----- INPUT RECORDS -----

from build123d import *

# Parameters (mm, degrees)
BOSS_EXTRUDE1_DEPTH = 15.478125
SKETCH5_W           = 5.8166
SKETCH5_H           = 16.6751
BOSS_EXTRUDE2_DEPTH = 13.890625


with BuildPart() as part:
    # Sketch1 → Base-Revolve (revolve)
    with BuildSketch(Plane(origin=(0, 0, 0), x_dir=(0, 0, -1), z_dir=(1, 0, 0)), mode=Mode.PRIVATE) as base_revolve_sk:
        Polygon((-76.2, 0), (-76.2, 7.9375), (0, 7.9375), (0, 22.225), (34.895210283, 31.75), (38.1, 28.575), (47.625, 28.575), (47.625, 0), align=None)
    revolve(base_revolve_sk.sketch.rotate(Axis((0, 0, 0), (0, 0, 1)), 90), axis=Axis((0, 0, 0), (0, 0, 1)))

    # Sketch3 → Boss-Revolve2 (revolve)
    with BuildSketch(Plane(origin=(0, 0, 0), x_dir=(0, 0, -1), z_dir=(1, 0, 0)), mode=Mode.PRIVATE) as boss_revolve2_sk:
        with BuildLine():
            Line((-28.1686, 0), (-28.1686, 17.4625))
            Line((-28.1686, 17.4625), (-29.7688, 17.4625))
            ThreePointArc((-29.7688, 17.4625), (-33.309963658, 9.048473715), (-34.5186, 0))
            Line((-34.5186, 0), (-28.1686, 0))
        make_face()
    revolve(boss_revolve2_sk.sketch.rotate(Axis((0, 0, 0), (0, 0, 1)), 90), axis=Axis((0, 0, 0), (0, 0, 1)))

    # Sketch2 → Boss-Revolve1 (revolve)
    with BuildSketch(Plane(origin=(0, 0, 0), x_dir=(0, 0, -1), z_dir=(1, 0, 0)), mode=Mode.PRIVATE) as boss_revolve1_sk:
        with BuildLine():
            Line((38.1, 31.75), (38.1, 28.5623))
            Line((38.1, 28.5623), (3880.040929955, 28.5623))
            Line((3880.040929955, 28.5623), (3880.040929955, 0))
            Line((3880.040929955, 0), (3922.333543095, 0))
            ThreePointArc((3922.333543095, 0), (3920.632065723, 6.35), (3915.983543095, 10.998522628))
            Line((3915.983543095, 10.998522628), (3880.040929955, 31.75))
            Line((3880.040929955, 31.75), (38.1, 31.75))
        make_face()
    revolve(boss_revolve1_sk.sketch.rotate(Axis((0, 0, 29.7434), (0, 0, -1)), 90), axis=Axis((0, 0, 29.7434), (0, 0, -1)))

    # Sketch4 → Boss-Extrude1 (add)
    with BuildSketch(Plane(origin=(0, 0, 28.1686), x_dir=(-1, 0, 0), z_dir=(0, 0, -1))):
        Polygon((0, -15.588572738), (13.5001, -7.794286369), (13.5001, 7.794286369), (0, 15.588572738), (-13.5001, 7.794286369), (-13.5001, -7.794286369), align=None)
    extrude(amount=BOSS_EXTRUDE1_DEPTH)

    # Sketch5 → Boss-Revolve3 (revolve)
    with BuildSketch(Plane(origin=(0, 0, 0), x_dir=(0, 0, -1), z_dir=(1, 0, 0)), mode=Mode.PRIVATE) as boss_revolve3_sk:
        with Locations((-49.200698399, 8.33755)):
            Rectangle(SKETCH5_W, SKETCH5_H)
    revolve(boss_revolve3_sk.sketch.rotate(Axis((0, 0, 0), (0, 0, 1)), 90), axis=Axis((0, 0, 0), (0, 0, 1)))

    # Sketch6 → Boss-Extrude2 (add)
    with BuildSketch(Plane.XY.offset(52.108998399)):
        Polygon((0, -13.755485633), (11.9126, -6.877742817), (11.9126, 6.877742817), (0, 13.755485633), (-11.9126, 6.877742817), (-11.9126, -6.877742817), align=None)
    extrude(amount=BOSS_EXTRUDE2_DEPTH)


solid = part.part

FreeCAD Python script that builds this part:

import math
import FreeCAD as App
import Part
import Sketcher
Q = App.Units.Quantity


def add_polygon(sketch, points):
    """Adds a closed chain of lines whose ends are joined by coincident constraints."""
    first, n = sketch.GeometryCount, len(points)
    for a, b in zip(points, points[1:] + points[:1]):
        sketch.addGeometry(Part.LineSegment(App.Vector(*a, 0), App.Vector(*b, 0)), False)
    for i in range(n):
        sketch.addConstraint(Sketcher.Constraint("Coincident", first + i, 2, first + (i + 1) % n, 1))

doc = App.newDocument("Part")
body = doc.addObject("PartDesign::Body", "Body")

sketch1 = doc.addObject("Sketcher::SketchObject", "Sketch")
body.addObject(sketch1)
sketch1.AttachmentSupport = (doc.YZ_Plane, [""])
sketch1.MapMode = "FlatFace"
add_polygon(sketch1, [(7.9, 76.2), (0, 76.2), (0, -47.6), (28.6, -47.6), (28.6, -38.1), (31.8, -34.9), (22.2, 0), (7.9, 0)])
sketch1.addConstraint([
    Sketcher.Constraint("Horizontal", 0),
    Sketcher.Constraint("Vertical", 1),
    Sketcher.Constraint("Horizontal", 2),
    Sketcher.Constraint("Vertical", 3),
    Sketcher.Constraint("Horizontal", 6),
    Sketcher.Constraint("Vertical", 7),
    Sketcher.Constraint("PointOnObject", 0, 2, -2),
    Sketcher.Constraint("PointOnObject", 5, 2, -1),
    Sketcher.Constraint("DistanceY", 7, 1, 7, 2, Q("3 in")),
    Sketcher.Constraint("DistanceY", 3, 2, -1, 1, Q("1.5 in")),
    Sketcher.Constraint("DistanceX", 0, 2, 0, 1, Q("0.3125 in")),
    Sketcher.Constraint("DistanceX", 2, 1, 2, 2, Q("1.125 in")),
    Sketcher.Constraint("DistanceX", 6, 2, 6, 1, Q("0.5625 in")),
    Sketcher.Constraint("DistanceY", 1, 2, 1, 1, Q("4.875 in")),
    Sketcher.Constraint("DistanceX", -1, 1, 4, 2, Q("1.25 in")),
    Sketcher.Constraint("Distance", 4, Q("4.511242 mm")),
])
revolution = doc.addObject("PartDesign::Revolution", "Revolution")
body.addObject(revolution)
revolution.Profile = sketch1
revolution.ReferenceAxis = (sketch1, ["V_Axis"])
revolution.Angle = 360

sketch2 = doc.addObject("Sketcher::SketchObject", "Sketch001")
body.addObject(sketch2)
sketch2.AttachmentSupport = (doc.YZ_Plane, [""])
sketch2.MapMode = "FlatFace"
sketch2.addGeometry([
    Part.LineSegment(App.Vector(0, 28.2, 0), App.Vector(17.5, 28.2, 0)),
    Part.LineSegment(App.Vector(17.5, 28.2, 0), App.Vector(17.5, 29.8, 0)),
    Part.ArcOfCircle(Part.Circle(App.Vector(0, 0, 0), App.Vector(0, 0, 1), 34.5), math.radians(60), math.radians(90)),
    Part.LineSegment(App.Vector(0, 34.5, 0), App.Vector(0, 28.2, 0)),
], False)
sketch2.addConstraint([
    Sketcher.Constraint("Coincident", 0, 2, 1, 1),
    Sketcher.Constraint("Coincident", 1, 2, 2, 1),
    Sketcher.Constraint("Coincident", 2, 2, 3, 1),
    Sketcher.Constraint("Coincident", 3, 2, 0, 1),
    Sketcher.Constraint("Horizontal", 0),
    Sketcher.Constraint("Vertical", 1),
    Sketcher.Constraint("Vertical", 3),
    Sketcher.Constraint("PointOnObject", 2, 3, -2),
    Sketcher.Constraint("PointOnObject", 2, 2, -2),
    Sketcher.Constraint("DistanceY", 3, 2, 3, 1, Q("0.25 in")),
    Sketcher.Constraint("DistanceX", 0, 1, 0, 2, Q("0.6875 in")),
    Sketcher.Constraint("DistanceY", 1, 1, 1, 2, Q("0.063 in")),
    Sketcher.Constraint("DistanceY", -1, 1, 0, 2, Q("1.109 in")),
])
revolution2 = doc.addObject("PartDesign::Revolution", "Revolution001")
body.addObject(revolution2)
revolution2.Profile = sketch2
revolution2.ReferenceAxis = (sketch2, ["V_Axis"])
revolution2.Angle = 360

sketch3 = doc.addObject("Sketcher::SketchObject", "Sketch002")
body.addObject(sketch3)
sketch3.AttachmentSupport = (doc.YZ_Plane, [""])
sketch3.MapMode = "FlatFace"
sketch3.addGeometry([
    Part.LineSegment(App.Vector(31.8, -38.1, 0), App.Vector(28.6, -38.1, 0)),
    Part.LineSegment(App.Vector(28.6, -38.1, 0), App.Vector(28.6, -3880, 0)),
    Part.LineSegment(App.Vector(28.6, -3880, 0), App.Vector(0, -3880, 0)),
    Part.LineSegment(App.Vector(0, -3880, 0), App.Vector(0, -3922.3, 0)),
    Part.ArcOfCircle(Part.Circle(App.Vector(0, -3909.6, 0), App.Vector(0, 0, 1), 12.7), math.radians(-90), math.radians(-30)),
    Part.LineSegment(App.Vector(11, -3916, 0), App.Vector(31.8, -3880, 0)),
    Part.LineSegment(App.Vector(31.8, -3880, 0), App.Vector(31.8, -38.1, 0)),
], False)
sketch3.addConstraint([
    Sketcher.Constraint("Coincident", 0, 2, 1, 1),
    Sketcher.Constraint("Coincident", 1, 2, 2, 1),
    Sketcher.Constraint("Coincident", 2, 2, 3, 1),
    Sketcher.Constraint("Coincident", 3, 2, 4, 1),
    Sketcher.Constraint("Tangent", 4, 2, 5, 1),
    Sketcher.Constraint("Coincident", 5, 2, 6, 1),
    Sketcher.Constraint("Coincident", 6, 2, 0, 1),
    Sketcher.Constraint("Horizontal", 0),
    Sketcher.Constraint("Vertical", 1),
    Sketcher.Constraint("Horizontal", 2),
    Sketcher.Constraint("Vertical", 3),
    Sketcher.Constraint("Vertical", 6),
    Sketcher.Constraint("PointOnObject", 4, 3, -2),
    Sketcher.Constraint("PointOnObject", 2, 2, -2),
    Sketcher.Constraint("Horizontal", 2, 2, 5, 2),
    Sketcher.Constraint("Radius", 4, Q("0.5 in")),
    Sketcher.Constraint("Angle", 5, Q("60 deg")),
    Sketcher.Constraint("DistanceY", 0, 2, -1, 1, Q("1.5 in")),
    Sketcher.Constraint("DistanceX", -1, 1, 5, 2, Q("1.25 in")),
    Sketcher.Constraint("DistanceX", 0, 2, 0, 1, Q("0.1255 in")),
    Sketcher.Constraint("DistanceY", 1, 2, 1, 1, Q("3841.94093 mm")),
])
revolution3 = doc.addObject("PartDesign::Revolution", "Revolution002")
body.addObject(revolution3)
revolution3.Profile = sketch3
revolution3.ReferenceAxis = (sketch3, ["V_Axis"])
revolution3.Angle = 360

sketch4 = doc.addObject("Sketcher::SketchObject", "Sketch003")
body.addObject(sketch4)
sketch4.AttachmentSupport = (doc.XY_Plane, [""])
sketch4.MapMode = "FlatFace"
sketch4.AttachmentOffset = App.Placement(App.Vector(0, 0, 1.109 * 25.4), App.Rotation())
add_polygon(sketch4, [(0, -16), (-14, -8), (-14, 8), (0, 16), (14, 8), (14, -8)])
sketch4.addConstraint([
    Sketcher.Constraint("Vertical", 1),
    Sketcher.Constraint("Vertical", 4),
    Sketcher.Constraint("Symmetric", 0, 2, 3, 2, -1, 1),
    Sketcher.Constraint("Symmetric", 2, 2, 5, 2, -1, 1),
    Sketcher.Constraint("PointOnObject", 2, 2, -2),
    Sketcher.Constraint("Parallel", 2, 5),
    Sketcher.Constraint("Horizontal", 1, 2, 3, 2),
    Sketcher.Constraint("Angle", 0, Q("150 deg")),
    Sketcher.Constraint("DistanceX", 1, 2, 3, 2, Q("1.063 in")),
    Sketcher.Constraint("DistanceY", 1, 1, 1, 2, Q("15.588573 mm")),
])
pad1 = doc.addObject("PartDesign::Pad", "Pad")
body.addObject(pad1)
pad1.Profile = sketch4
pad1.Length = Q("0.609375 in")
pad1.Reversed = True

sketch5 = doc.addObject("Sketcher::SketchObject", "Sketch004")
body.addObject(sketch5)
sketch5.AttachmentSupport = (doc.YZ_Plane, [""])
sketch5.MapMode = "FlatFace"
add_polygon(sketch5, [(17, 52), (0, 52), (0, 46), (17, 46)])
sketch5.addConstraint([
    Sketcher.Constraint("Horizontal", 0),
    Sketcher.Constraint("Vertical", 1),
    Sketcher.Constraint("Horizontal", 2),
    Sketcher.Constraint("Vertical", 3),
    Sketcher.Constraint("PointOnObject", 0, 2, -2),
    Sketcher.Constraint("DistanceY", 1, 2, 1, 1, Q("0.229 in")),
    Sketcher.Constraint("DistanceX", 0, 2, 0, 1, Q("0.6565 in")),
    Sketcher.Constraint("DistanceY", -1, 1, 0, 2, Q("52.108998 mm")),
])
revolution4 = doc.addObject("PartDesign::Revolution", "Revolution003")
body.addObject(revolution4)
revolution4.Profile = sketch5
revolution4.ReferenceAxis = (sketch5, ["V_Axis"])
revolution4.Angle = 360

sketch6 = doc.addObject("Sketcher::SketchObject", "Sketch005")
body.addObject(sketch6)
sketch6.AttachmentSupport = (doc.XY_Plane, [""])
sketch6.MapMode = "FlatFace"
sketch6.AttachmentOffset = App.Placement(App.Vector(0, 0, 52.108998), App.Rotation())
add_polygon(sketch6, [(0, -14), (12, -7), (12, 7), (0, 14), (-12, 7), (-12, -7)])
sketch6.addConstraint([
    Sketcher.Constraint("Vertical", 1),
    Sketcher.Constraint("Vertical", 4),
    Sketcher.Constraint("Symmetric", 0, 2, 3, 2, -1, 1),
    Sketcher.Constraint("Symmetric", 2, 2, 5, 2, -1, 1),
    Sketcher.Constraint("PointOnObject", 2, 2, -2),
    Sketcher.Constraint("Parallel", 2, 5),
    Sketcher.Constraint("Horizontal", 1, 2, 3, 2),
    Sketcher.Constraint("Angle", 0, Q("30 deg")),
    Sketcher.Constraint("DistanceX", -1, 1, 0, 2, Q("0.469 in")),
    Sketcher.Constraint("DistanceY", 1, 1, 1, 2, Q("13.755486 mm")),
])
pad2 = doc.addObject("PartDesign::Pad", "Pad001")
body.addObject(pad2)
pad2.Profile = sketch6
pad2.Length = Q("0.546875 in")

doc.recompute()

-----
----- INPUT RECORDS -----

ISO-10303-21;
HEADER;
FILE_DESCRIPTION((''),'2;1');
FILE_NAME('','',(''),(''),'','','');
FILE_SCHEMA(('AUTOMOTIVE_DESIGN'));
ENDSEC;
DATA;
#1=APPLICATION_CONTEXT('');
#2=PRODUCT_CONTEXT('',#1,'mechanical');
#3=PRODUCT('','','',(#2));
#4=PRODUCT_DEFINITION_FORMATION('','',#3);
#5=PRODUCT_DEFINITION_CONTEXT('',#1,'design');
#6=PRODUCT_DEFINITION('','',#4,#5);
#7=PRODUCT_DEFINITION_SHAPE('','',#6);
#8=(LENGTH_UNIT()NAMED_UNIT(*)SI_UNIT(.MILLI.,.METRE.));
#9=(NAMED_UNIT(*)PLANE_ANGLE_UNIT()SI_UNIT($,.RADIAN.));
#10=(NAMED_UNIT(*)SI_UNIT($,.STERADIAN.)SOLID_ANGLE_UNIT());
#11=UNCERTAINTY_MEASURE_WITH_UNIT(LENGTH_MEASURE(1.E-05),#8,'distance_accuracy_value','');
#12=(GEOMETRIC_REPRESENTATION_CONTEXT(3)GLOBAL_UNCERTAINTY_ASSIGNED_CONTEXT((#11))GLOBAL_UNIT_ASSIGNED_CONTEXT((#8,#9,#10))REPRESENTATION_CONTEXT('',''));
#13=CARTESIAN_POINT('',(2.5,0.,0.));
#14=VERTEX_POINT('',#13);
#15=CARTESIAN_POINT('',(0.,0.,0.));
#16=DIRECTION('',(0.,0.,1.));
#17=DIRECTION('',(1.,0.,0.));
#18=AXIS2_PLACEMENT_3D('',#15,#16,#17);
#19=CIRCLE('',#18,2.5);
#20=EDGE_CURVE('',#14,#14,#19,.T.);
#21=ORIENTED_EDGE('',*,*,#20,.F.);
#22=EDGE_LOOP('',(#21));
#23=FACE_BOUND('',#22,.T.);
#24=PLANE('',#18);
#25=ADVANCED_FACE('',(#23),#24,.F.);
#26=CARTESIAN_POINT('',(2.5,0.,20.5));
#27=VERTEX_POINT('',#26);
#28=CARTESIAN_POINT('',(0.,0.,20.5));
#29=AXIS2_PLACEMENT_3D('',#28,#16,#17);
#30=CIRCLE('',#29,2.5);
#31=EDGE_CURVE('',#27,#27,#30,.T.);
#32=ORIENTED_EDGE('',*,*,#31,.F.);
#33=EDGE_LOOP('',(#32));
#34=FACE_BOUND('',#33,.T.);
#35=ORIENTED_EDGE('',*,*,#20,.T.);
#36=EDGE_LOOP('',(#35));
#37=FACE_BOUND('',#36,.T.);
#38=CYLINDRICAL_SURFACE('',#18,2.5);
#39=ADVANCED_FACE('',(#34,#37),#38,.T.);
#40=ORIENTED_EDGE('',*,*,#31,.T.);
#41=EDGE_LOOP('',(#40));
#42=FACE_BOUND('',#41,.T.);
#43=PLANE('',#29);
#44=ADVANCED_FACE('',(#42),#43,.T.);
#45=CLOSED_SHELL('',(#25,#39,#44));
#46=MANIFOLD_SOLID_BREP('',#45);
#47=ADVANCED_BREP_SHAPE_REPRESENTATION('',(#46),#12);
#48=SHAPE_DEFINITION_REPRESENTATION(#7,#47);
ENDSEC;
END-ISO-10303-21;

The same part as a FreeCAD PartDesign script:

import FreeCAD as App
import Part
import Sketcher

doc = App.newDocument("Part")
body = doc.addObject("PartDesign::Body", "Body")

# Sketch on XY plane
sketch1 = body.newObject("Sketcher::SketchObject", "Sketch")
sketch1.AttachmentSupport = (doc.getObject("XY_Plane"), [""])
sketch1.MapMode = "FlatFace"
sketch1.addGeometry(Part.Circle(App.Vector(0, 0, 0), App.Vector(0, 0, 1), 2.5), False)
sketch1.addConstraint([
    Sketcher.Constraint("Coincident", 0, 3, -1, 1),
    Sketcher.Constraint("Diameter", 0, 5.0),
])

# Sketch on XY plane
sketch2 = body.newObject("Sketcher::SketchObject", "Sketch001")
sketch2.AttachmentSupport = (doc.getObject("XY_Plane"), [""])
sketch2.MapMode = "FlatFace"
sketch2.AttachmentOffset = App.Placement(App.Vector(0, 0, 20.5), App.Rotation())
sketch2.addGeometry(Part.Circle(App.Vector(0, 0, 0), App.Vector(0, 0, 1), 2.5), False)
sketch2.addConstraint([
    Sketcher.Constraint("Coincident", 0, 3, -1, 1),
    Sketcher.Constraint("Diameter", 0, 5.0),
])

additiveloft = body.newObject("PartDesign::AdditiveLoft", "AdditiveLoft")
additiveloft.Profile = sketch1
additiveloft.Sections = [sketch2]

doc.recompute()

-----

**YOUR ASSIGNMENT**
Please give again the lines above between the line holding "#13=CARTESIAN_POINT('',(2.5,0.,0.));" and the line holding "The same part", inclusive, exactly as they are and with nothing added.

**RESULT BELOW**
#13=CARTESIAN_POINT('',(2.5,0.,0.));
#14=VERTEX_POINT('',#13);
#15=CARTESIAN_POINT('',(0.,0.,0.));
#16=DIRECTION('',(0.,0.,1.));
#17=DIRECTION('',(1.,0.,0.));
#18=AXIS2_PLACEMENT_3D('',#15,#16,#17);
#19=CIRCLE('',#18,2.5);
#20=EDGE_CURVE('',#14,#14,#19,.T.);
#21=ORIENTED_EDGE('',*,*,#20,.F.);
#22=EDGE_LOOP('',(#21));
#23=FACE_BOUND('',#22,.T.);
#24=PLANE('',#18);
#25=ADVANCED_FACE('',(#23),#24,.F.);
#26=CARTESIAN_POINT('',(2.5,0.,20.5));
#27=VERTEX_POINT('',#26);
#28=CARTESIAN_POINT('',(0.,0.,20.5));
#29=AXIS2_PLACEMENT_3D('',#28,#16,#17);
#30=CIRCLE('',#29,2.5);
#31=EDGE_CURVE('',#27,#27,#30,.T.);
#32=ORIENTED_EDGE('',*,*,#31,.F.);
#33=EDGE_LOOP('',(#32));
#34=FACE_BOUND('',#33,.T.);
#35=ORIENTED_EDGE('',*,*,#20,.T.);
#36=EDGE_LOOP('',(#35));
#37=FACE_BOUND('',#36,.T.);
#38=CYLINDRICAL_SURFACE('',#18,2.5);
#39=ADVANCED_FACE('',(#34,#37),#38,.T.);
#40=ORIENTED_EDGE('',*,*,#31,.T.);
#41=EDGE_LOOP('',(#40));
#42=FACE_BOUND('',#41,.T.);
#43=PLANE('',#29);
#44=ADVANCED_FACE('',(#42),#43,.T.);
#45=CLOSED_SHELL('',(#25,#39,#44));
#46=MANIFOLD_SOLID_BREP('',#45);
#47=ADVANCED_BREP_SHAPE_REPRESENTATION('',(#46),#12);
#48=SHAPE_DEFINITION_REPRESENTATION(#7,#47);
ENDSEC;
END-ISO-10303-21;

The same part as a FreeCAD PartDesign script:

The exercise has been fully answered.